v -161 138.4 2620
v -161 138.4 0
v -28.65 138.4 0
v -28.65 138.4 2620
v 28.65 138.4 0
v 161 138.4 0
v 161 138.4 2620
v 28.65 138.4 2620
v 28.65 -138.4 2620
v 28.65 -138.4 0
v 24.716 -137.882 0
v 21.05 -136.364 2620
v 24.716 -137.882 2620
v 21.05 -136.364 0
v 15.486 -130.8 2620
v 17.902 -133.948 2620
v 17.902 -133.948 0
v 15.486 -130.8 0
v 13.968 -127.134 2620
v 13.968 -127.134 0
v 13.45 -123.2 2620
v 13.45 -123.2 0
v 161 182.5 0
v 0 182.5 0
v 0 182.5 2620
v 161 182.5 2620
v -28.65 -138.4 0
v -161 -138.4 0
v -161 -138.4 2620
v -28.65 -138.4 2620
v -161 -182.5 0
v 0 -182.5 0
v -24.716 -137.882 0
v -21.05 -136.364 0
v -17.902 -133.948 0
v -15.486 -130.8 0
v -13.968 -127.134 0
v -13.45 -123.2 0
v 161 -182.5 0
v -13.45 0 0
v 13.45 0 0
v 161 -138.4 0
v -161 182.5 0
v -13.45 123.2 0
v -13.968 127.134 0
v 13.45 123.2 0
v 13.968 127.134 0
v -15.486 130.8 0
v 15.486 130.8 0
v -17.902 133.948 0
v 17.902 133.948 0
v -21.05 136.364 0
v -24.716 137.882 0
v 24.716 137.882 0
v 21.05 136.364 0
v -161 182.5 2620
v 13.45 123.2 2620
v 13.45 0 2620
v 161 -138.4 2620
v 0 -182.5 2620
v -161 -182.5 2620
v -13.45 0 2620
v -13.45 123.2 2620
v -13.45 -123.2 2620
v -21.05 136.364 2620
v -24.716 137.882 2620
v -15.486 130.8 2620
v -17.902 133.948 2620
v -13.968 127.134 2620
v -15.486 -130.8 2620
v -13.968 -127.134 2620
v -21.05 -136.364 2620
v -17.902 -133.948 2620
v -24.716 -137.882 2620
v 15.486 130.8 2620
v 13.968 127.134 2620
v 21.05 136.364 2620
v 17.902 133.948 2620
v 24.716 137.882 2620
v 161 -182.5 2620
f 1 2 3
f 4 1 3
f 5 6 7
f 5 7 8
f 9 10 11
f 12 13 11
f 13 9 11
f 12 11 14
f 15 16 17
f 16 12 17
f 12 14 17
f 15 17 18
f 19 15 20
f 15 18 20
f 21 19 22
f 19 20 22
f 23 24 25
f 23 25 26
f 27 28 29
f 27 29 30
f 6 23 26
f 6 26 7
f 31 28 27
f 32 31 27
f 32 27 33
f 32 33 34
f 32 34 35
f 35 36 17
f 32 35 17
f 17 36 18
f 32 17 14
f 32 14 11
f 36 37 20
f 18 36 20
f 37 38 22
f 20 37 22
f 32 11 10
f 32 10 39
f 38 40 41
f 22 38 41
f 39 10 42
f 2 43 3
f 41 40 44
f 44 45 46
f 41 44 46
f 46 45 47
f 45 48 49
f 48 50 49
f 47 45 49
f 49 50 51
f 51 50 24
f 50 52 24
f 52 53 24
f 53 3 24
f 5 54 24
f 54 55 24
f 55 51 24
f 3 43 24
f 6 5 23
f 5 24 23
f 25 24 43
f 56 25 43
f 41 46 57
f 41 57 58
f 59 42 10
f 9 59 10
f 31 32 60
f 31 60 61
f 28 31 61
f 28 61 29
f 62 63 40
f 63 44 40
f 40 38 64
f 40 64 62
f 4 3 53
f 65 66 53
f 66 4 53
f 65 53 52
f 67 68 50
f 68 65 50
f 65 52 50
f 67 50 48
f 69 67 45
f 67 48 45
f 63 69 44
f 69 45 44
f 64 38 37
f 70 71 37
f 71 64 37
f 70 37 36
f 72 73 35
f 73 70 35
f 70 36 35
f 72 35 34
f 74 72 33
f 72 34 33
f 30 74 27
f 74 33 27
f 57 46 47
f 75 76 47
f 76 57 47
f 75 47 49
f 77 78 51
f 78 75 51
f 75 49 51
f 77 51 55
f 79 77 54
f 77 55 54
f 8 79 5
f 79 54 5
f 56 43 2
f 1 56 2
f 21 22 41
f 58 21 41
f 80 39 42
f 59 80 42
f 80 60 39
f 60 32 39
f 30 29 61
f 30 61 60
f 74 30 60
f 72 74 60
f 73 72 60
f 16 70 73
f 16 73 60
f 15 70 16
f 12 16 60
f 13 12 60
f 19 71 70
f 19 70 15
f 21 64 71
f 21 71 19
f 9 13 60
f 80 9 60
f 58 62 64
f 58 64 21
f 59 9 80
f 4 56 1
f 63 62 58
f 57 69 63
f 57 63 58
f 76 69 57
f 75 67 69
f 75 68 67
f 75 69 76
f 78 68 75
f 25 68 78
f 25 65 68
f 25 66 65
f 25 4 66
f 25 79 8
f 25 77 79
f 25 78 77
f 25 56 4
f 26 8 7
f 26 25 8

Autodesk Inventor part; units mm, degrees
ref_plane "YZ Plane" through (0, 0, 0) normal (1, 0, 0) x (0, 1, 0)
ref_plane "Start plane" through (0, 0, 0) normal (0, 0, 1) x (1, 0, 0)
ref_plane "End plane" through (0, 0, 2620) normal (0, 0, 1) x (1, 0, 0)
sketch "Sketch" plane through (0, 0, 0) normal (0, 0, 1) x (1, 0, 0)
  line L0 (-161, -182.5) -> (-161, -138.4)
  line L1 (-161, -138.4) -> (-28.65, -138.4)
  line L2 (-13.45, -123.2) -> (-13.45, 0)
  line L3 (-13.45, 0) -> (0, 0) construction
  line L4 (0, 0) -> (0, -182.5) construction
  line L5 (0, -182.5) -> (-161, -182.5)
  line L6 (-60, 0) -> (80, 0) construction
  line L7 (0, -60) -> (0, 80) construction
  line L8 (161, -182.5) -> (161, -138.4)
  line L9 (161, -138.4) -> (28.65, -138.4)
  line L10 (13.45, -123.2) -> (13.45, 0)
  line L11 (13.45, 0) -> (0, 0) construction
  line L12 (0, -182.5) -> (161, -182.5)
  line L13 (-161, 182.5) -> (-161, 138.4)
  line L14 (-161, 138.4) -> (-28.65, 138.4)
  line L15 (-13.45, 123.2) -> (-13.45, 0)
  line L16 (0, 182.5) -> (-161, 182.5)
  line L17 (161, 182.5) -> (161, 138.4)
  line L18 (161, 138.4) -> (28.65, 138.4)
  line L19 (0, 182.5) -> (161, 182.5)
  line L20 (13.45, 123.2) -> (13.45, 0)
  arc A0 (-13.45, 123.2) -> (-28.65, 138.4) centre (-28.65, 123.2) ccw
  arc A1 (28.65, 138.4) -> (13.45, 123.2) centre (28.65, 123.2) ccw
  arc A2 (13.45, -123.2) -> (28.65, -138.4) centre (28.65, -123.2) ccw
  arc A3 (-28.65, -138.4) -> (-13.45, -123.2) centre (-28.65, -123.2) ccw
  line L21 (0, 108) -> (0, -88) construction
  line L22 (-88, 0) -> (108, 0) construction
  point P0 (-13.45, -138.4)
  point P1 (13.45, -138.4)
  point P2 (-13.45, 138.4)
  point P3 (13.45, 138.4)
  dimension "d1" = 182.5
  dimension "d2" = 44.1
  dimension "d3" = 161
  dimension "d4" = 13.45
  dimension "d10" = 15.2
extrude "Body" add sketch "Sketch" along normal up to surface (2620 mm away) from surface at 0
sketch "Sketch4" plane through (0, 0, 0) normal (0, 0, 1) x (1, 0, 0)
  line L0 (0, 0) -> (10, 0)
ref_plane "Work Plane3" through (0, 0, 0) normal (0, -1, 0) x (1, 0, 0)
sketch "Sketch5" plane through (0, 0, 0) normal (0, -1, 0) x (1, 0, 0)
  line L0 (-2, 0) -> (12, 0) projected
  line L1 (-2, 2620) -> (12, 2620) projected
  dimension "d14" = 2620
equation "\"d1\" = 0.5 * G_H"
equation "\"d2\" = G_T1"
equation "\"d3\" = 0.5 * G_W"
equation "\"d4\" = 0.5 * G_T"
equation "\"d10\" = G_IR"
equation "\"d5\" = G_L"
equation "\"G_W\" = 322"
equation "\"G_H\" = 365"
equation "\"G_T\" = 26.9"
equation "\"G_T1\" = 44.1"
equation "\"G_IR\" = 15.2"
equation "\"G_L\" = d14"
equation "\"G_OFFSET_START\" = 0"
equation "\"G_OFFSET_END\" = 0"
properties part number "AS 3679 - 310 UC - 283 - 2620" material "Steel, Mild"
++++++++
What the task requires. Transcribe the lines from the first line of the records through the line that contains "v 13.968 -127.134 0", both included, and add nothing else.

Task solution.
v -161 138.4 2620
v -161 138.4 0
v -28.65 138.4 0
v -28.65 138.4 2620
v 28.65 138.4 0
v 161 138.4 0
v 161 138.4 2620
v 28.65 138.4 2620
v 28.65 -138.4 2620
v 28.65 -138.4 0
v 24.716 -137.882 0
v 21.05 -136.364 2620
v 24.716 -137.882 2620
v 21.05 -136.364 0
v 15.486 -130.8 2620
v 17.902 -133.948 2620
v 17.902 -133.948 0
v 15.486 -130.8 0
v 13.968 -127.134 2620
v 13.968 -127.134 0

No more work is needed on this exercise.